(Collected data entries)
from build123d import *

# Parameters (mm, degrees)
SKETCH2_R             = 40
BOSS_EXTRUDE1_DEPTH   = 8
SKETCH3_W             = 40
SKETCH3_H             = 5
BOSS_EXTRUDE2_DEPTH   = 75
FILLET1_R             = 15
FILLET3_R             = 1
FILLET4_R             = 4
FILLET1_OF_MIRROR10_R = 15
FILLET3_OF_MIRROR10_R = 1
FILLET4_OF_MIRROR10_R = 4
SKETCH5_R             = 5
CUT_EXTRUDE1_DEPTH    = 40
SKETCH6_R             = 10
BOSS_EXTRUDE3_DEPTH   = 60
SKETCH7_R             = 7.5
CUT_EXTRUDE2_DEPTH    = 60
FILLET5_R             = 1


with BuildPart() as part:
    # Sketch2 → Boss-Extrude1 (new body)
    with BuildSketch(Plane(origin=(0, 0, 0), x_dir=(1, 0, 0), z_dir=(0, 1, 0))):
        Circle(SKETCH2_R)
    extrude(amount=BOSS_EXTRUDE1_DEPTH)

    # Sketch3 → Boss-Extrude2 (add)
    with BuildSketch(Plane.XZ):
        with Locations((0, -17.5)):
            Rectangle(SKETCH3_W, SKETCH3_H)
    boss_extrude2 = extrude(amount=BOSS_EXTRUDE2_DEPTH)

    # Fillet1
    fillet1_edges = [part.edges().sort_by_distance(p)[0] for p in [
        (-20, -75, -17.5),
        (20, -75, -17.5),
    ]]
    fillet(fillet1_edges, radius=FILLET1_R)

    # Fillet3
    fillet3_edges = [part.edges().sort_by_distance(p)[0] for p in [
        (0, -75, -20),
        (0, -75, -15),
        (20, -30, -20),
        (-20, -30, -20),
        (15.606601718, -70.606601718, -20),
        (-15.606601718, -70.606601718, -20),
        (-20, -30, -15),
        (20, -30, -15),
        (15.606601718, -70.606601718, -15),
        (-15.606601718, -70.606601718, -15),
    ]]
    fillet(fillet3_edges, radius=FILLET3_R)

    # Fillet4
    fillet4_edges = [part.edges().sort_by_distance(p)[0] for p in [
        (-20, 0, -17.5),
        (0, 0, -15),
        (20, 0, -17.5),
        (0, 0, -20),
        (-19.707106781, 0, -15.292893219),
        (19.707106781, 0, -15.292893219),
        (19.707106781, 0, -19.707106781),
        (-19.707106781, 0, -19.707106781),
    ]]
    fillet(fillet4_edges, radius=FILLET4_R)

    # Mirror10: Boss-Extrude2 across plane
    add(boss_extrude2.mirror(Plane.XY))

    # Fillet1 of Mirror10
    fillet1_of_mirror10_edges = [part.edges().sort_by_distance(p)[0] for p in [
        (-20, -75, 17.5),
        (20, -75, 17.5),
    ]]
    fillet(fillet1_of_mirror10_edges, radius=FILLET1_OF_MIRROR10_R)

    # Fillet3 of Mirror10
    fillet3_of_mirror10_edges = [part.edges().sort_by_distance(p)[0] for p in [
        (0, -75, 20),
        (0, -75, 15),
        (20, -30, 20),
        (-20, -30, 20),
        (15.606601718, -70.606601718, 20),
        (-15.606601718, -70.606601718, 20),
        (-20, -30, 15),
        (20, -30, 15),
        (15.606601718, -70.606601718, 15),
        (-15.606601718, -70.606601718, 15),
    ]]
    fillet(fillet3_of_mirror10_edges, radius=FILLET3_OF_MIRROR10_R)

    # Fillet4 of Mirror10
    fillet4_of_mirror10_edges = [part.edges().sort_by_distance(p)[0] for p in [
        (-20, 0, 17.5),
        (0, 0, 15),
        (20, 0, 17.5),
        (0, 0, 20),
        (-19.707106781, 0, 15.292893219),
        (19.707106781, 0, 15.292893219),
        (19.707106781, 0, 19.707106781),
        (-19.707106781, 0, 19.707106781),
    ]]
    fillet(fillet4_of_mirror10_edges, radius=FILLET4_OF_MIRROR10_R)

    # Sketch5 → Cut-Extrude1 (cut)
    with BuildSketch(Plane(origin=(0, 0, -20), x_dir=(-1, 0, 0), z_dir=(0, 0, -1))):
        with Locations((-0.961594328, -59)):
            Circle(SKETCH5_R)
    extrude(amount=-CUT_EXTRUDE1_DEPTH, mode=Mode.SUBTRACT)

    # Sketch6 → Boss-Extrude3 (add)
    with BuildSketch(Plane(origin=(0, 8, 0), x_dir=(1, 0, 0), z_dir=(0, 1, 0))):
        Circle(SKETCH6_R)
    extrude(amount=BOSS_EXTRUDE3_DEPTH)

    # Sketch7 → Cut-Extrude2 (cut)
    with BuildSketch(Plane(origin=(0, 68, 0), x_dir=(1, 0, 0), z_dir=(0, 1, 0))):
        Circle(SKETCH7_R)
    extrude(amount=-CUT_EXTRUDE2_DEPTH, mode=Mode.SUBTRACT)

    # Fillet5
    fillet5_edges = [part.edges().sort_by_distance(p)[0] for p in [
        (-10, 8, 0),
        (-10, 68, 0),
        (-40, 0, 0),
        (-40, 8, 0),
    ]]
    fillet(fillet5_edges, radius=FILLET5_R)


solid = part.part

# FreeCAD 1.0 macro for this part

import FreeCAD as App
import Part
import Sketcher
Q = App.Units.Quantity


def edges_at(feature, points):
    """Names of the edges that pass closest to the given points."""
    edges = feature.Shape.Edges
    near = lambda p: min(range(len(edges)), key=lambda i: edges[i].distToShape(Part.Vertex(*p))[0])
    return sorted({f"Edge{near(p) + 1}" for p in points})


def add_polygon(sketch, points):
    """Adds a closed chain of lines whose ends are joined by coincident constraints."""
    first, n = sketch.GeometryCount, len(points)
    for a, b in zip(points, points[1:] + points[:1]):
        sketch.addGeometry(Part.LineSegment(App.Vector(*a, 0), App.Vector(*b, 0)), False)
    for i in range(n):
        sketch.addConstraint(Sketcher.Constraint("Coincident", first + i, 2, first + (i + 1) % n, 1))

doc = App.newDocument("Part")
body = doc.addObject("PartDesign::Body", "Body")

# Sketch on XZ plane
sketch1 = body.newObject("Sketcher::SketchObject", "Sketch")
sketch1.AttachmentSupport = (doc.getObject("XZ_Plane"), [""])
sketch1.MapMode = "FlatFace"
sketch1.addGeometry(Part.Circle(App.Vector(0, 0, 0), App.Vector(0, 0, 1), 40), False)
sketch1.addConstraint([
    Sketcher.Constraint("Coincident", 0, 3, -1, 1),
    Sketcher.Constraint("Diameter", 0, Q("80 mm")),
])
pad1 = body.newObject("PartDesign::Pad", "Pad")
pad1.Profile = sketch1
pad1.Length = 8
pad1.Reversed = True

# Sketch on XZ plane
sketch2 = body.newObject("Sketcher::SketchObject", "Sketch001")
sketch2.AttachmentSupport = (doc.getObject("XZ_Plane"), [""])
sketch2.MapMode = "FlatFace"
add_polygon(sketch2, [(-20, -15), (-20, -20), (20, -20), (20, -15)])  # lines 0-3
sketch2.addConstraint([
    Sketcher.Constraint("Vertical", 0),
    Sketcher.Constraint("Horizontal", 1),
    Sketcher.Constraint("Vertical", 2),
    Sketcher.Constraint("Horizontal", 3),
    Sketcher.Constraint("DistanceX", 1, 1, 1, 2, Q("40 mm")),
    Sketcher.Constraint("DistanceY", 0, 2, 0, 1, Q("5 mm")),
    Sketcher.Constraint("DistanceX", 0, 2, -1, 1, Q("20 mm")),
    Sketcher.Constraint("DistanceY", 0, 2, -1, 1, Q("20 mm")),
])
pad2 = body.newObject("PartDesign::Pad", "Pad001")
pad2.Profile = sketch2
pad2.Length = 75
doc.recompute()

fillet = body.newObject("PartDesign::Fillet", "Fillet")
fillet.Base = (pad2, edges_at(pad2, [(-20, -75, -17.5), (20, -75, -17.5)]))
fillet.Radius = 15
doc.recompute()

fillet2 = body.newObject("PartDesign::Fillet", "Fillet001")
fillet2.Base = (fillet, edges_at(fillet, [
    (0, -75, -20),
    (0, -75, -15),
    (20, -30, -20),
    (-20, -30, -20),
    (15.607, -70.607, -20),
    (-15.607, -70.607, -20),
    (-20, -30, -15),
    (20, -30, -15),
    (15.607, -70.607, -15),
    (-15.607, -70.607, -15),
]))
fillet2.Radius = 1
doc.recompute()

fillet3 = body.newObject("PartDesign::Fillet", "Fillet002")
fillet3.Base = (fillet2, edges_at(fillet2, [
    (-20, 0, -17.5),
    (0, 0, -15),
    (20, 0, -17.5),
    (0, 0, -20),
    (-19.707, 0, -15.293),
    (19.707, 0, -15.293),
    (19.707, 0, -19.707),
    (-19.707, 0, -19.707),
]))
fillet3.Radius = 4
doc.recompute()

mirrored = body.newObject("PartDesign::Mirrored", "Mirrored")
mirrored.Originals = [pad2]
mirrored.MirrorPlane = (doc.getObject("XY_Plane"), [""])
body.Tip = mirrored
doc.recompute()

fillet4 = body.newObject("PartDesign::Fillet", "Fillet003")
fillet4.Base = (mirrored, edges_at(mirrored, [(-20, -75, 17.5), (20, -75, 17.5)]))
fillet4.Radius = 15
doc.recompute()

fillet5 = body.newObject("PartDesign::Fillet", "Fillet004")
fillet5.Base = (fillet4, edges_at(fillet4, [
    (0, -75, 20),
    (0, -75, 15),
    (20, -30, 20),
    (-20, -30, 20),
    (15.607, -70.607, 20),
    (-15.607, -70.607, 20),
    (-20, -30, 15),
    (20, -30, 15),
    (15.607, -70.607, 15),
    (-15.607, -70.607, 15),
]))
fillet5.Radius = 1
doc.recompute()

fillet6 = body.newObject("PartDesign::Fillet", "Fillet005")
fillet6.Base = (fillet5, edges_at(fillet5, [
    (-20, 0, 17.5),
    (0, 0, 15),
    (20, 0, 17.5),
    (0, 0, 20),
    (-19.707, 0, 15.293),
    (19.707, 0, 15.293),
    (19.707, 0, 19.707),
    (-19.707, 0, 19.707),
]))
fillet6.Radius = 4

# Sketch on XY plane
sketch3 = body.newObject("Sketcher::SketchObject", "Sketch002")
sketch3.AttachmentSupport = (doc.getObject("XY_Plane"), [""])
sketch3.MapMode = "FlatFace"
sketch3.AttachmentOffset = App.Placement(App.Vector(0, 0, -20), App.Rotation())
sketch3.addGeometry(Part.Circle(App.Vector(1, -59, 0), App.Vector(0, 0, 1), 5), False)
sketch3.addConstraint([
    Sketcher.Constraint("Diameter", 0, Q("10 mm")),
    Sketcher.Constraint("DistanceY", 0, 3, -1, 1, Q("59 mm")),
    Sketcher.Constraint("DistanceX", -1, 1, 0, 3, Q("0.961594 mm")),
])
pocket1 = body.newObject("PartDesign::Pocket", "Pocket")
pocket1.Profile = sketch3
pocket1.Length = 40
pocket1.Reversed = True

# Sketch on XZ plane
sketch4 = body.newObject("Sketcher::SketchObject", "Sketch003")
sketch4.AttachmentSupport = (doc.getObject("XZ_Plane"), [""])
sketch4.MapMode = "FlatFace"
sketch4.AttachmentOffset = App.Placement(App.Vector(0, 0, -8), App.Rotation())
sketch4.addGeometry(Part.Circle(App.Vector(0, 0, 0), App.Vector(0, 0, 1), 10), False)
sketch4.addConstraint([
    Sketcher.Constraint("Coincident", 0, 3, -1, 1),
    Sketcher.Constraint("Diameter", 0, Q("20 mm")),
])
pad3 = body.newObject("PartDesign::Pad", "Pad002")
pad3.Profile = sketch4
pad3.Length = 60
pad3.Reversed = True

# Sketch on XZ plane
sketch5 = body.newObject("Sketcher::SketchObject", "Sketch004")
sketch5.AttachmentSupport = (doc.getObject("XZ_Plane"), [""])
sketch5.MapMode = "FlatFace"
sketch5.AttachmentOffset = App.Placement(App.Vector(0, 0, -68), App.Rotation())
sketch5.addGeometry(Part.Circle(App.Vector(0, 0, 0), App.Vector(0, 0, 1), 8), False)
sketch5.addConstraint([
    Sketcher.Constraint("Coincident", 0, 3, -1, 1),
    Sketcher.Constraint("Diameter", 0, Q("15 mm")),
])
pocket2 = body.newObject("PartDesign::Pocket", "Pocket001")
pocket2.Profile = sketch5
pocket2.Length = 60
pocket2.Reversed = True
doc.recompute()

fillet7 = body.newObject("PartDesign::Fillet", "Fillet006")
fillet7.Base = (pocket2, edges_at(pocket2, [
    (-10, 8, 0),
    (-10, 68, 0),
    (-40, 0, 0),
    (-40, 8, 0),
]))
fillet7.Radius = 1

doc.recompute()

▶ **WHAT YOU SHOULD DO**
An exact copy of the lines above between the line holding "Circle(SKETCH6_R)" and the line holding "# FreeCAD 1.0 macro for this part", inclusive, is the whole answer.

▶ **RESPONSE TO THIS TASK**
        Circle(SKETCH6_R)
    extrude(amount=BOSS_EXTRUDE3_DEPTH)

    # Sketch7 → Cut-Extrude2 (cut)
    with BuildSketch(Plane(origin=(0, 68, 0), x_dir=(1, 0, 0), z_dir=(0, 1, 0))):
        Circle(SKETCH7_R)
    extrude(amount=-CUT_EXTRUDE2_DEPTH, mode=Mode.SUBTRACT)

    # Fillet5
    fillet5_edges = [part.edges().sort_by_distance(p)[0] for p in [
        (-10, 8, 0),
        (-10, 68, 0),
        (-40, 0, 0),
        (-40, 8, 0),
    ]]
    fillet(fillet5_edges, radius=FILLET5_R)


solid = part.part

# FreeCAD 1.0 macro for this part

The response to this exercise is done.